Like Dameon said, above, it doesn't only matter that you supply fake information (although that definitely helps somewhat). Another issue is what William Binney calls your digital "domain", which is a filed network of all your linked online activity (it creates a "virtual you", so to speak). Facebook Corporation is the worst for this, as they own so many big and small companies (i.e. WhatsApp, Instagram, etc.), and even most other online platforms let you "Sign in with Facebook". This means they track everything most people do on the internet, and create profiles about you, which then automatically goes to the government intelligence server farm (Data Center in Utah) -- not to mention they also sell "you" to a bunch of companies. Unless you browse in private tab mode, or close your browser after using facebox (and delete cookies), and ideally use a VPN, they will track you across multiple websites. STELLAR WIND used mass metadata surveillance since the early 2000s, and more recently (and now) PRISM and some new SigInt programs are compiling all this information about you from all the sources you let them. Then they share it all with FiveEyes.

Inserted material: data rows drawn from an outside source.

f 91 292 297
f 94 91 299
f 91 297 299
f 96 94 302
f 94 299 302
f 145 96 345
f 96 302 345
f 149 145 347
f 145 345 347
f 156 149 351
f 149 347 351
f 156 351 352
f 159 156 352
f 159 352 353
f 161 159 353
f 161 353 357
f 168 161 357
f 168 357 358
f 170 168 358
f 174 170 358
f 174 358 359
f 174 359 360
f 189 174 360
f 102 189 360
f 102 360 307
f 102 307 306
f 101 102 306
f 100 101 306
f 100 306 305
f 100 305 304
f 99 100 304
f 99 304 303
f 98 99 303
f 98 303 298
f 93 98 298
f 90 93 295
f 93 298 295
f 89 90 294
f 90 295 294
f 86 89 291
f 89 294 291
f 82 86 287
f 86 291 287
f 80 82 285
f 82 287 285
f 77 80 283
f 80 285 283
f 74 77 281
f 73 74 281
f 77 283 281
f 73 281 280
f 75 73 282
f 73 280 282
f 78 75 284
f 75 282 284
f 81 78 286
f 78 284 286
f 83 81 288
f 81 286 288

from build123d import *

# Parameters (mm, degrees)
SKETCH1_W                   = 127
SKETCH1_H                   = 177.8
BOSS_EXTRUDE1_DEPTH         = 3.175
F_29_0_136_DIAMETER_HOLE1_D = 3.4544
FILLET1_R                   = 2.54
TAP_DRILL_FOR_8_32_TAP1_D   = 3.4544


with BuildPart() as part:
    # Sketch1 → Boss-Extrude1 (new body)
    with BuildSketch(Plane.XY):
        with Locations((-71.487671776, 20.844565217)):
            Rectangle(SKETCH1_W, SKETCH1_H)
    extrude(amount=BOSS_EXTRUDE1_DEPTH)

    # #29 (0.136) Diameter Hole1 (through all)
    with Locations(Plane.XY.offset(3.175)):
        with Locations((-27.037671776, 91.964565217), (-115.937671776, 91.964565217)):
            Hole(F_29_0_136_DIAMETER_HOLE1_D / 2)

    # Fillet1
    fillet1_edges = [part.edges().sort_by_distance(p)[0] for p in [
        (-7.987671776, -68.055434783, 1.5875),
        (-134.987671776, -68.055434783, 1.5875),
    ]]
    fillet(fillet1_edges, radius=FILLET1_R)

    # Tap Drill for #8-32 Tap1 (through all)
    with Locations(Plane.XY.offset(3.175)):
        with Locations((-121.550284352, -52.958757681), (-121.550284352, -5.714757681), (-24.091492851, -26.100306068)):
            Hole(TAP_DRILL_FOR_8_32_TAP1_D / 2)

It's getting more and more scary the more and more I learn about our digital (lack of) privacy and surveillance. Besides using TOR or at least a VPN, I think there's not much way for people to remain anonymous and have privacy on the internet. And what's more: there's not much way to avoid eventual persecution -- or maybe, soon enough, conviction -- for your "digital tattoo".


----------



## Older Than Dirt (Jun 20, 2020)

Look into whether you can install the Electronic Frontier Foundation' s browser add-on Privacy Badger, which will stop a lot of these evils.

I have never had an account on Fecesbook, and use my wife's on the rare occasions i need to find/reach someone i can't find/reach any other way. 

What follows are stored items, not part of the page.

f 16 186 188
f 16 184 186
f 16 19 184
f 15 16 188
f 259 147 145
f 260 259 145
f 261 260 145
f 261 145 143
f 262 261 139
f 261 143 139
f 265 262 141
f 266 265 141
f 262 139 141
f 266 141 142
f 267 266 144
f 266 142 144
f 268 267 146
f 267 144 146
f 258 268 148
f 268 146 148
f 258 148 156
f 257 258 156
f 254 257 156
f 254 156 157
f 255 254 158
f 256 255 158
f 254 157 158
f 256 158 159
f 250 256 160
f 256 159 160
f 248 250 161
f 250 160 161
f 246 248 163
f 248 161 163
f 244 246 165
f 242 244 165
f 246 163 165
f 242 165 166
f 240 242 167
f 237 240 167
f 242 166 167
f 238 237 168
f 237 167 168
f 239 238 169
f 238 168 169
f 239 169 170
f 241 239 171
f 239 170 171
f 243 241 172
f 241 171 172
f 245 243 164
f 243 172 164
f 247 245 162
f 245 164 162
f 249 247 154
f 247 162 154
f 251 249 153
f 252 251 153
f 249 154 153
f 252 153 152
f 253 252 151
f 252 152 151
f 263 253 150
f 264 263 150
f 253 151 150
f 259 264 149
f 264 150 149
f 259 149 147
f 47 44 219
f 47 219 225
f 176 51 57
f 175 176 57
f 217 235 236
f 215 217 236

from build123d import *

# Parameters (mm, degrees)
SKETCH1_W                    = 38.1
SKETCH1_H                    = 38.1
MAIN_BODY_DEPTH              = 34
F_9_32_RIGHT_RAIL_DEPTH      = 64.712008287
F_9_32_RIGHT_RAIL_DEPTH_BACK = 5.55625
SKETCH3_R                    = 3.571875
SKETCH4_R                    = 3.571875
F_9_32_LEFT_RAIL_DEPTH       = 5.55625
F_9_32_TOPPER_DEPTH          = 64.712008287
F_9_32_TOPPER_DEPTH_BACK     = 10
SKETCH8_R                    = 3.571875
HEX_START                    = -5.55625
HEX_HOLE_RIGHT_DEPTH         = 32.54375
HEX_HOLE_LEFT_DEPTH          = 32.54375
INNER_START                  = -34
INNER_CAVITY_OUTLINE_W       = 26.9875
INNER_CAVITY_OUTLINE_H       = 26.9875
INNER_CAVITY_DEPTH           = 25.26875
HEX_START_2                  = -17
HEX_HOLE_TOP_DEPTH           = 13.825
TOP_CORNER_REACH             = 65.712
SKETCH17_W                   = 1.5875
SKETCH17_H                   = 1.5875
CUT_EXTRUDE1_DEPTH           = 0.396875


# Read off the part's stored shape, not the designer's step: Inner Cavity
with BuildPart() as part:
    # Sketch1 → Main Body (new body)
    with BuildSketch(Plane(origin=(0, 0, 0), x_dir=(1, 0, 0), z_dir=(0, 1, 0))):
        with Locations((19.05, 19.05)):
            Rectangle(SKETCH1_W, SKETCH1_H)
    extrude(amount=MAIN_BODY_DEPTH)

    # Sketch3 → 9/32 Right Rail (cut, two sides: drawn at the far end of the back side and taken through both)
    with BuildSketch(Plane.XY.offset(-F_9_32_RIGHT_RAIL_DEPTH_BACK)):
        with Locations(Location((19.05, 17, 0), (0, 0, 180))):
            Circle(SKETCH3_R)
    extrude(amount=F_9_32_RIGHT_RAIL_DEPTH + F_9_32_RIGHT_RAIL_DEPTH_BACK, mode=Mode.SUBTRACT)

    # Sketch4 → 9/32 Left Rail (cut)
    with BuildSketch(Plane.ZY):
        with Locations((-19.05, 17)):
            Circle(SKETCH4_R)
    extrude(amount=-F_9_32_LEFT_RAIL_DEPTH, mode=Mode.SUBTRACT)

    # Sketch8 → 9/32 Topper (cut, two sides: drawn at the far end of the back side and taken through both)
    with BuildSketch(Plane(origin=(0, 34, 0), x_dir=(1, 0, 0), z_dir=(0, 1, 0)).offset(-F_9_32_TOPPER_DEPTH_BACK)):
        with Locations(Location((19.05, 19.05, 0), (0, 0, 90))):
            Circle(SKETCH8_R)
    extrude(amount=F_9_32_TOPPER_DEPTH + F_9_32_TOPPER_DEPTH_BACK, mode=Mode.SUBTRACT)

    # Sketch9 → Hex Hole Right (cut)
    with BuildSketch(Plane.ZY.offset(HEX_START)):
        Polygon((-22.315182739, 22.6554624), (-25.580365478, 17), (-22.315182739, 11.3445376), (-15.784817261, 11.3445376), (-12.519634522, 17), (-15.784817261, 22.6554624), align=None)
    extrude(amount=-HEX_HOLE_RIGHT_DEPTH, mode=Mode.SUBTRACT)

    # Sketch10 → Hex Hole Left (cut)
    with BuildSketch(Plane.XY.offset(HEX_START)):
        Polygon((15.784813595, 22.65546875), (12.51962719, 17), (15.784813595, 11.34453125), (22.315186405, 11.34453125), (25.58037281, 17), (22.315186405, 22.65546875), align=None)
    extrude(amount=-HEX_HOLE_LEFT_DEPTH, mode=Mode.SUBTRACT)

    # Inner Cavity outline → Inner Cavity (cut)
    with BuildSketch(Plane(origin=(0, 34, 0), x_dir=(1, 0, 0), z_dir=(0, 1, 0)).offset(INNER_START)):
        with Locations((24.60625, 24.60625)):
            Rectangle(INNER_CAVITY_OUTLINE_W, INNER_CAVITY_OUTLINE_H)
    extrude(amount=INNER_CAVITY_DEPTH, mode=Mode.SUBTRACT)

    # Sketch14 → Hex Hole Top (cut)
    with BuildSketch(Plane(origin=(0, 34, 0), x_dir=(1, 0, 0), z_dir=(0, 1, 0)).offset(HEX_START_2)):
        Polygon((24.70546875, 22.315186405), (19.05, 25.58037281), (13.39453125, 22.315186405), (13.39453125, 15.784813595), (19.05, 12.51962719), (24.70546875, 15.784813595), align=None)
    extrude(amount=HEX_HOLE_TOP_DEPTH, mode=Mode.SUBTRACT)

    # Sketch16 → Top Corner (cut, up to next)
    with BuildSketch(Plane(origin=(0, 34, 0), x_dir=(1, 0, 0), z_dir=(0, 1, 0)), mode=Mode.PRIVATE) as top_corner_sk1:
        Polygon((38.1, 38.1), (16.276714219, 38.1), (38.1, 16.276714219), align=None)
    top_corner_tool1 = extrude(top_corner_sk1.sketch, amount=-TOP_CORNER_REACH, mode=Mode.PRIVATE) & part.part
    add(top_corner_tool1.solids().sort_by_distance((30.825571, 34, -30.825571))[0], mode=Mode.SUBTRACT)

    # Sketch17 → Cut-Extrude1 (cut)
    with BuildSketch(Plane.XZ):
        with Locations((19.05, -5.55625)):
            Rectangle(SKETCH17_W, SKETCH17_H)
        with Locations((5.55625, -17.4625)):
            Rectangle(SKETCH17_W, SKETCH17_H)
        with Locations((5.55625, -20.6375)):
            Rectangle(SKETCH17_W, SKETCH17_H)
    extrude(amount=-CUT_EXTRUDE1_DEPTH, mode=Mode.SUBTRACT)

My attitude has always been that if The Man wants to surveil me, let the motherfuckers _work_ at it, the old-fashioned way, by sitting in a car in front of my house and trying to follow me around- why would i want to do all that hard work of surveillance _for them_, by posting a publicly available list of who my friends/family are, and what i do?

Of course there is the U.Utah Philips attitude- he had a comedy riff about the Feds opening his mail, and figuring as how "them birds" had to learn about left theory, and the need for revolution, _some_ kind of way, and it might as well be by reading his mail. The punch line is where he gets them to do his spring garden cultivation for him while he's on the road touring by writing home "Whatever you do, don't dig up the back yard, that's where the guns are buried!"


----------



## The Thirteenth Orphan (Jul 11, 2020)

You can have a completely doctored profile and still be contributing information unique to you which can be used to identify you later. Someone already mentioned fb affiliated links. Have you ever once logged in on your phone? Have you hand stripped metadata from any photo's you have uploaded? Do you use chrome to browse it? For that matter, do you keep your browser from being maximized when viewing it? 

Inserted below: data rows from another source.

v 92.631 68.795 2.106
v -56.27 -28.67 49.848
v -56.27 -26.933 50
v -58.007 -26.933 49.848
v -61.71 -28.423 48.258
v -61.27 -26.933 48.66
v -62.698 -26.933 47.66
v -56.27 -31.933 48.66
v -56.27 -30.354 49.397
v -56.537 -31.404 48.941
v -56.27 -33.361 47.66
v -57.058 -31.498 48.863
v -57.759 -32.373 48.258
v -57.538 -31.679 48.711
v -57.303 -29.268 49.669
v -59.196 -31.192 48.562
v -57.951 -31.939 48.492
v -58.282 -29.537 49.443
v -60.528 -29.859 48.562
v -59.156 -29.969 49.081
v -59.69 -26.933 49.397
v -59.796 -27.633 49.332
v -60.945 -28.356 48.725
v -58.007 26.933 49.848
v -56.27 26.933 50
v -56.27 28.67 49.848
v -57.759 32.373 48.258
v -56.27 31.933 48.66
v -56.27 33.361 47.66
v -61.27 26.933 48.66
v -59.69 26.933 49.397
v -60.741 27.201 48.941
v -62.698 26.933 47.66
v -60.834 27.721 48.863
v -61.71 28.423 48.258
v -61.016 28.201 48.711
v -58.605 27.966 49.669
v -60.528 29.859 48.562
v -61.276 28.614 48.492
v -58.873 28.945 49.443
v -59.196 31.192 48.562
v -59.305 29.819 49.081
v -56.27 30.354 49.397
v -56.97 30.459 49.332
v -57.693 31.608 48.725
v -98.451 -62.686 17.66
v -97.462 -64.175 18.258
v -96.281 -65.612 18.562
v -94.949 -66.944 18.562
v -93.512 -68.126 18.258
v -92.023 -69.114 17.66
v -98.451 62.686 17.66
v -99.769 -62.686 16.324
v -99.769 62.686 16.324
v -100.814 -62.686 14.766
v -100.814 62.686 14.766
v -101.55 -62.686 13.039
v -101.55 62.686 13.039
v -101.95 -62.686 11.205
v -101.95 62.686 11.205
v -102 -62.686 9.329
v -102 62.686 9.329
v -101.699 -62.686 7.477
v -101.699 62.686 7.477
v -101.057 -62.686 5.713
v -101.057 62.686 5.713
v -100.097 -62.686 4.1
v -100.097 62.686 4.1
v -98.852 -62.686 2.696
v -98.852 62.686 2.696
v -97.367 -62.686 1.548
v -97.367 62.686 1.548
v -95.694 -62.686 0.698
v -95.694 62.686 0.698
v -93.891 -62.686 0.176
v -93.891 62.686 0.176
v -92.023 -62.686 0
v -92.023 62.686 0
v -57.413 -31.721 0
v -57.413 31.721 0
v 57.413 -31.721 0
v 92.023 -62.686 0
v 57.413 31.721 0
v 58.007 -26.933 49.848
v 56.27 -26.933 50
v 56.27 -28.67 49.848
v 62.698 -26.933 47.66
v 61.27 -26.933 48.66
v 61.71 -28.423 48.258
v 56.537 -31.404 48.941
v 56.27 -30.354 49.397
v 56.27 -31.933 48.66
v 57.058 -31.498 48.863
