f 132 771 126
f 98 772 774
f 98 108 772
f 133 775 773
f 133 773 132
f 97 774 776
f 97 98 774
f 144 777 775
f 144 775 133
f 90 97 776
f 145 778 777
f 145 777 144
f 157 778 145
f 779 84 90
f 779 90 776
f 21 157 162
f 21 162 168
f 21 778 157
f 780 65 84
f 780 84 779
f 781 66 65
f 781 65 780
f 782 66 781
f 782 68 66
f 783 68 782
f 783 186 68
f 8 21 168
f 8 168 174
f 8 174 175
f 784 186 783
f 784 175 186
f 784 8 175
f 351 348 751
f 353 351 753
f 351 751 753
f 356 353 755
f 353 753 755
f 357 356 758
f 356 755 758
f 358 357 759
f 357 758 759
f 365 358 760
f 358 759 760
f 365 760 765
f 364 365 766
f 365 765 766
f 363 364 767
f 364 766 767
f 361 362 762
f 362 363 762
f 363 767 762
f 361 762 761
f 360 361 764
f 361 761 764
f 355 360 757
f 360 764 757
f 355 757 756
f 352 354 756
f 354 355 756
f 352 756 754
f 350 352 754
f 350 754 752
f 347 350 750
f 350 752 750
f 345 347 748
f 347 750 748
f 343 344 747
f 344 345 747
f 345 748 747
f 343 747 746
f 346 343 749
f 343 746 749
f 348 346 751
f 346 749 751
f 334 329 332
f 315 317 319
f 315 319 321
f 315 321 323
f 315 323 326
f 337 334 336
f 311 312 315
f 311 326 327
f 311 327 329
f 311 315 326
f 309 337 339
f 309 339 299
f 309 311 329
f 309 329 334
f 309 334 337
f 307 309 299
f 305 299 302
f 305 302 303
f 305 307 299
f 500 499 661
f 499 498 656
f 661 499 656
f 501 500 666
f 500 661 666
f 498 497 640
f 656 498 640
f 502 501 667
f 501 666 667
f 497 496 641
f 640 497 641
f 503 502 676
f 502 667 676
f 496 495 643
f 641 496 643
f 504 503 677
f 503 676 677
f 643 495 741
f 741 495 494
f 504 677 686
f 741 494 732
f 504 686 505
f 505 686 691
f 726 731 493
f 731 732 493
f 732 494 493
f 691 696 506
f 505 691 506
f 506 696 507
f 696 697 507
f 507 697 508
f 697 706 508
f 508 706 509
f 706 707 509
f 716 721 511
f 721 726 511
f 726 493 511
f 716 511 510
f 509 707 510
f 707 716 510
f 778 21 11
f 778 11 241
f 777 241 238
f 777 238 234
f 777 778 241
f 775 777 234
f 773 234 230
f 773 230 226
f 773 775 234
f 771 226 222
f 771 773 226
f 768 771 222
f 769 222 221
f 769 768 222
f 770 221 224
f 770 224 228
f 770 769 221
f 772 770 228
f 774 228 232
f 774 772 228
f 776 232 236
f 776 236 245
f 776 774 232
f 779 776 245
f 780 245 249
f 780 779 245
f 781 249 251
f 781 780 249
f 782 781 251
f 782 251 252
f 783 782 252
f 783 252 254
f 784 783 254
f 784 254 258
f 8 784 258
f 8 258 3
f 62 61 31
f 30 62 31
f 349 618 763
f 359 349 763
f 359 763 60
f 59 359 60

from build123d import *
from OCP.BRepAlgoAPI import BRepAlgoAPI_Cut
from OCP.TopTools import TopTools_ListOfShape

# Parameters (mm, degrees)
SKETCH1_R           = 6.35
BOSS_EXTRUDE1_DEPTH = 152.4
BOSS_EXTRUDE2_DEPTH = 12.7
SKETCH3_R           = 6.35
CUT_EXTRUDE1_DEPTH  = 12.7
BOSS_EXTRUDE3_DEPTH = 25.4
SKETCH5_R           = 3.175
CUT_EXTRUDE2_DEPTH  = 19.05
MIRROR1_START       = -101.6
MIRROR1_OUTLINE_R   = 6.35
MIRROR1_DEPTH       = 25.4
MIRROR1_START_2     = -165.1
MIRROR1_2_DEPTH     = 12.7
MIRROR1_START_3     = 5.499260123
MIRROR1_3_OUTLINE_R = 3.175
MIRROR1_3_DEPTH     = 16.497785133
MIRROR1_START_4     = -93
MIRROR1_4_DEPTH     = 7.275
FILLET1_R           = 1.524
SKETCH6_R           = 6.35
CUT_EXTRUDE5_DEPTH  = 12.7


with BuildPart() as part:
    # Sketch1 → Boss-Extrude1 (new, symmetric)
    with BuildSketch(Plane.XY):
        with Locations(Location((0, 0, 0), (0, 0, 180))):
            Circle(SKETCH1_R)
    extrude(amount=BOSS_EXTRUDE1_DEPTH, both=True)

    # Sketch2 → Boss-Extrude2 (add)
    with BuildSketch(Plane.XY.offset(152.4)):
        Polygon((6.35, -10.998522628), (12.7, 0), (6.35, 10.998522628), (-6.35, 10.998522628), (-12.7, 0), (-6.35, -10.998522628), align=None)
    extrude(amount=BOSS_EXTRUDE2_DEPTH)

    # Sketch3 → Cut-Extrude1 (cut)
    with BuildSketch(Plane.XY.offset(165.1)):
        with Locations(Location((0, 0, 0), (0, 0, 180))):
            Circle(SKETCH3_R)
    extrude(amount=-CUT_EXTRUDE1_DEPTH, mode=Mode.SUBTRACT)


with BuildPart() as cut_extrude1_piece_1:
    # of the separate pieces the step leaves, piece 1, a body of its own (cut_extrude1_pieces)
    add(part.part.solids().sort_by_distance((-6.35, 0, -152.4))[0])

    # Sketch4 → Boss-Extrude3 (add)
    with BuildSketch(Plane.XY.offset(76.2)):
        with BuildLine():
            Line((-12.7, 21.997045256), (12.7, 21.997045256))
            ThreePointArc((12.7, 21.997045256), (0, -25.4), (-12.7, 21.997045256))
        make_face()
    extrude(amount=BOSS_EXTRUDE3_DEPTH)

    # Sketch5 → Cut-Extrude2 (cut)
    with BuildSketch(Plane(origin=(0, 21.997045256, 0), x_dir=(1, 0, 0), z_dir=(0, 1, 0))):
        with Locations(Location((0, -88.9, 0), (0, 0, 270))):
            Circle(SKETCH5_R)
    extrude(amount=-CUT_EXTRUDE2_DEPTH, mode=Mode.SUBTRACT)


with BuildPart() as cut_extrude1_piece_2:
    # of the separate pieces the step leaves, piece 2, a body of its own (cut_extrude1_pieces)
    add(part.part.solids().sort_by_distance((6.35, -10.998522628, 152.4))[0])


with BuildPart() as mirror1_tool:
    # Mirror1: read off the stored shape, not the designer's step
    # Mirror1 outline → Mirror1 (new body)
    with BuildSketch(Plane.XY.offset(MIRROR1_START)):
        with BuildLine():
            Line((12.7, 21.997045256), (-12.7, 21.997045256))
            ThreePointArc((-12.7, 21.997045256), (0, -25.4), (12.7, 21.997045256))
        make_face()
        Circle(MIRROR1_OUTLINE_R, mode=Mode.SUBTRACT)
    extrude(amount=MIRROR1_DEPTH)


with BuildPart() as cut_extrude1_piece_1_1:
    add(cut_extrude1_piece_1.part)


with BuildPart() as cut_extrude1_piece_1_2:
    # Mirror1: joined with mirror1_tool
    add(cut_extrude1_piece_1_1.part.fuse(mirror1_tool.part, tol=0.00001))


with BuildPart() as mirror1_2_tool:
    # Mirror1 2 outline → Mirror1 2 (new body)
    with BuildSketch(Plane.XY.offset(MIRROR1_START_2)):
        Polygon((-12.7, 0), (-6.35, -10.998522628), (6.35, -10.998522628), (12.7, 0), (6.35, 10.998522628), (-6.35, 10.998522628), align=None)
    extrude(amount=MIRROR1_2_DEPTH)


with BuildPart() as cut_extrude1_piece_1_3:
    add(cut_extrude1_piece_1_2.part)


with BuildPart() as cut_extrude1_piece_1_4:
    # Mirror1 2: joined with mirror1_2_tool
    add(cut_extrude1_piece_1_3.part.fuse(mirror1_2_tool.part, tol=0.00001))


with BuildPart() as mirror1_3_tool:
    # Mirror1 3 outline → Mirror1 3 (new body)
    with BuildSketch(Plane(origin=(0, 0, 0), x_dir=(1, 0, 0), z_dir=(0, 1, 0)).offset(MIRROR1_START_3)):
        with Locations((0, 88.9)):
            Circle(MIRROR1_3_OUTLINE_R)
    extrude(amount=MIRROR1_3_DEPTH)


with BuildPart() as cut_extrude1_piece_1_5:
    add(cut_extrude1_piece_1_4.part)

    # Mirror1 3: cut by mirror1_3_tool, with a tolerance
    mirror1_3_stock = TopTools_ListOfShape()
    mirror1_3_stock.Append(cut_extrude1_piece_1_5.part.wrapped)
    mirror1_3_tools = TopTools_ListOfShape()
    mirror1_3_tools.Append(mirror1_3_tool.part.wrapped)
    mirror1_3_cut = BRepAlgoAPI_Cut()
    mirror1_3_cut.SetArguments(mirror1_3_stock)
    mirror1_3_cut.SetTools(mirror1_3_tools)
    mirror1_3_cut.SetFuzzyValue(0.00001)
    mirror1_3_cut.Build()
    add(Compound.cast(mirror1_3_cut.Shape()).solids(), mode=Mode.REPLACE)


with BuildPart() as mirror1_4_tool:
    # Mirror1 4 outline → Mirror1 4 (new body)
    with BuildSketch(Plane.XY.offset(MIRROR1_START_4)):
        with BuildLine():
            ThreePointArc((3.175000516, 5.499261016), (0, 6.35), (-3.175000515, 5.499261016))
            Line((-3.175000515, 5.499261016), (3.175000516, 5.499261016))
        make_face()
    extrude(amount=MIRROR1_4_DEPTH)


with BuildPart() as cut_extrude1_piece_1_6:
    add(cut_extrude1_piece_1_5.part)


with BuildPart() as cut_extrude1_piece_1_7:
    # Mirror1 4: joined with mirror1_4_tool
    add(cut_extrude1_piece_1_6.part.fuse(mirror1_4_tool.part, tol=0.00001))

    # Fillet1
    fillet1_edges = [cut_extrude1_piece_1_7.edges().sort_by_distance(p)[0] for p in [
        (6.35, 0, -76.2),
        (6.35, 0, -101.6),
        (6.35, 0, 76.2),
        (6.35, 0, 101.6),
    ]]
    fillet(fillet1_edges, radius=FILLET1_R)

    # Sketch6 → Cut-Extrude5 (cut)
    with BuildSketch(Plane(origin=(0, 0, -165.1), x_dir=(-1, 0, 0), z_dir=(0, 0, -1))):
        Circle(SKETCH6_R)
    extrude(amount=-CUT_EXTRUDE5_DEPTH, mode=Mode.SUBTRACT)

Fake emails, VPN's etc. are useful tools but if you think that is all it takes to out wit the good folks at fb or other data mining organizations, then you're naive. To prove my point; are your trusted friends and family similarly obfuscated at all times? I doubt it. If they are in any way linked/messaged your dummy profile, then a web is already built to discern who you really are.


----------



## Exprswy2urSkull (Sep 8, 2020)

Facebook isnt "connecting people" like they say- its SELECTING people. Comments i made on fb a couple years back in the "land of free speech" is how I got put on a government watchlist, & became a targeted individual. My life has been systematically destroyed by random strangers & "the powers that should not be" ever since.. no doubt, BEWARE!!!!!


----------



## Exprswy2urSkull (Sep 8, 2020)

..And btw, all my personal info on my fb account was bogus, BUT THEY STILL KNEW EXACTLY WHO I WAS. Believe me, that doesn't protect you!


----------



## Deleted member 29173 (Sep 12, 2020)

Exprswy2urSkull said:


> Comments i made on fb a couple years back in the "land of free speech" is how I got put on a government watchlist, & became a targeted individual.



How did you find this out? I've heard of this happening before and those people found this out when they were about to get on a flight and were detained. But I haven't heard of other ways.


----------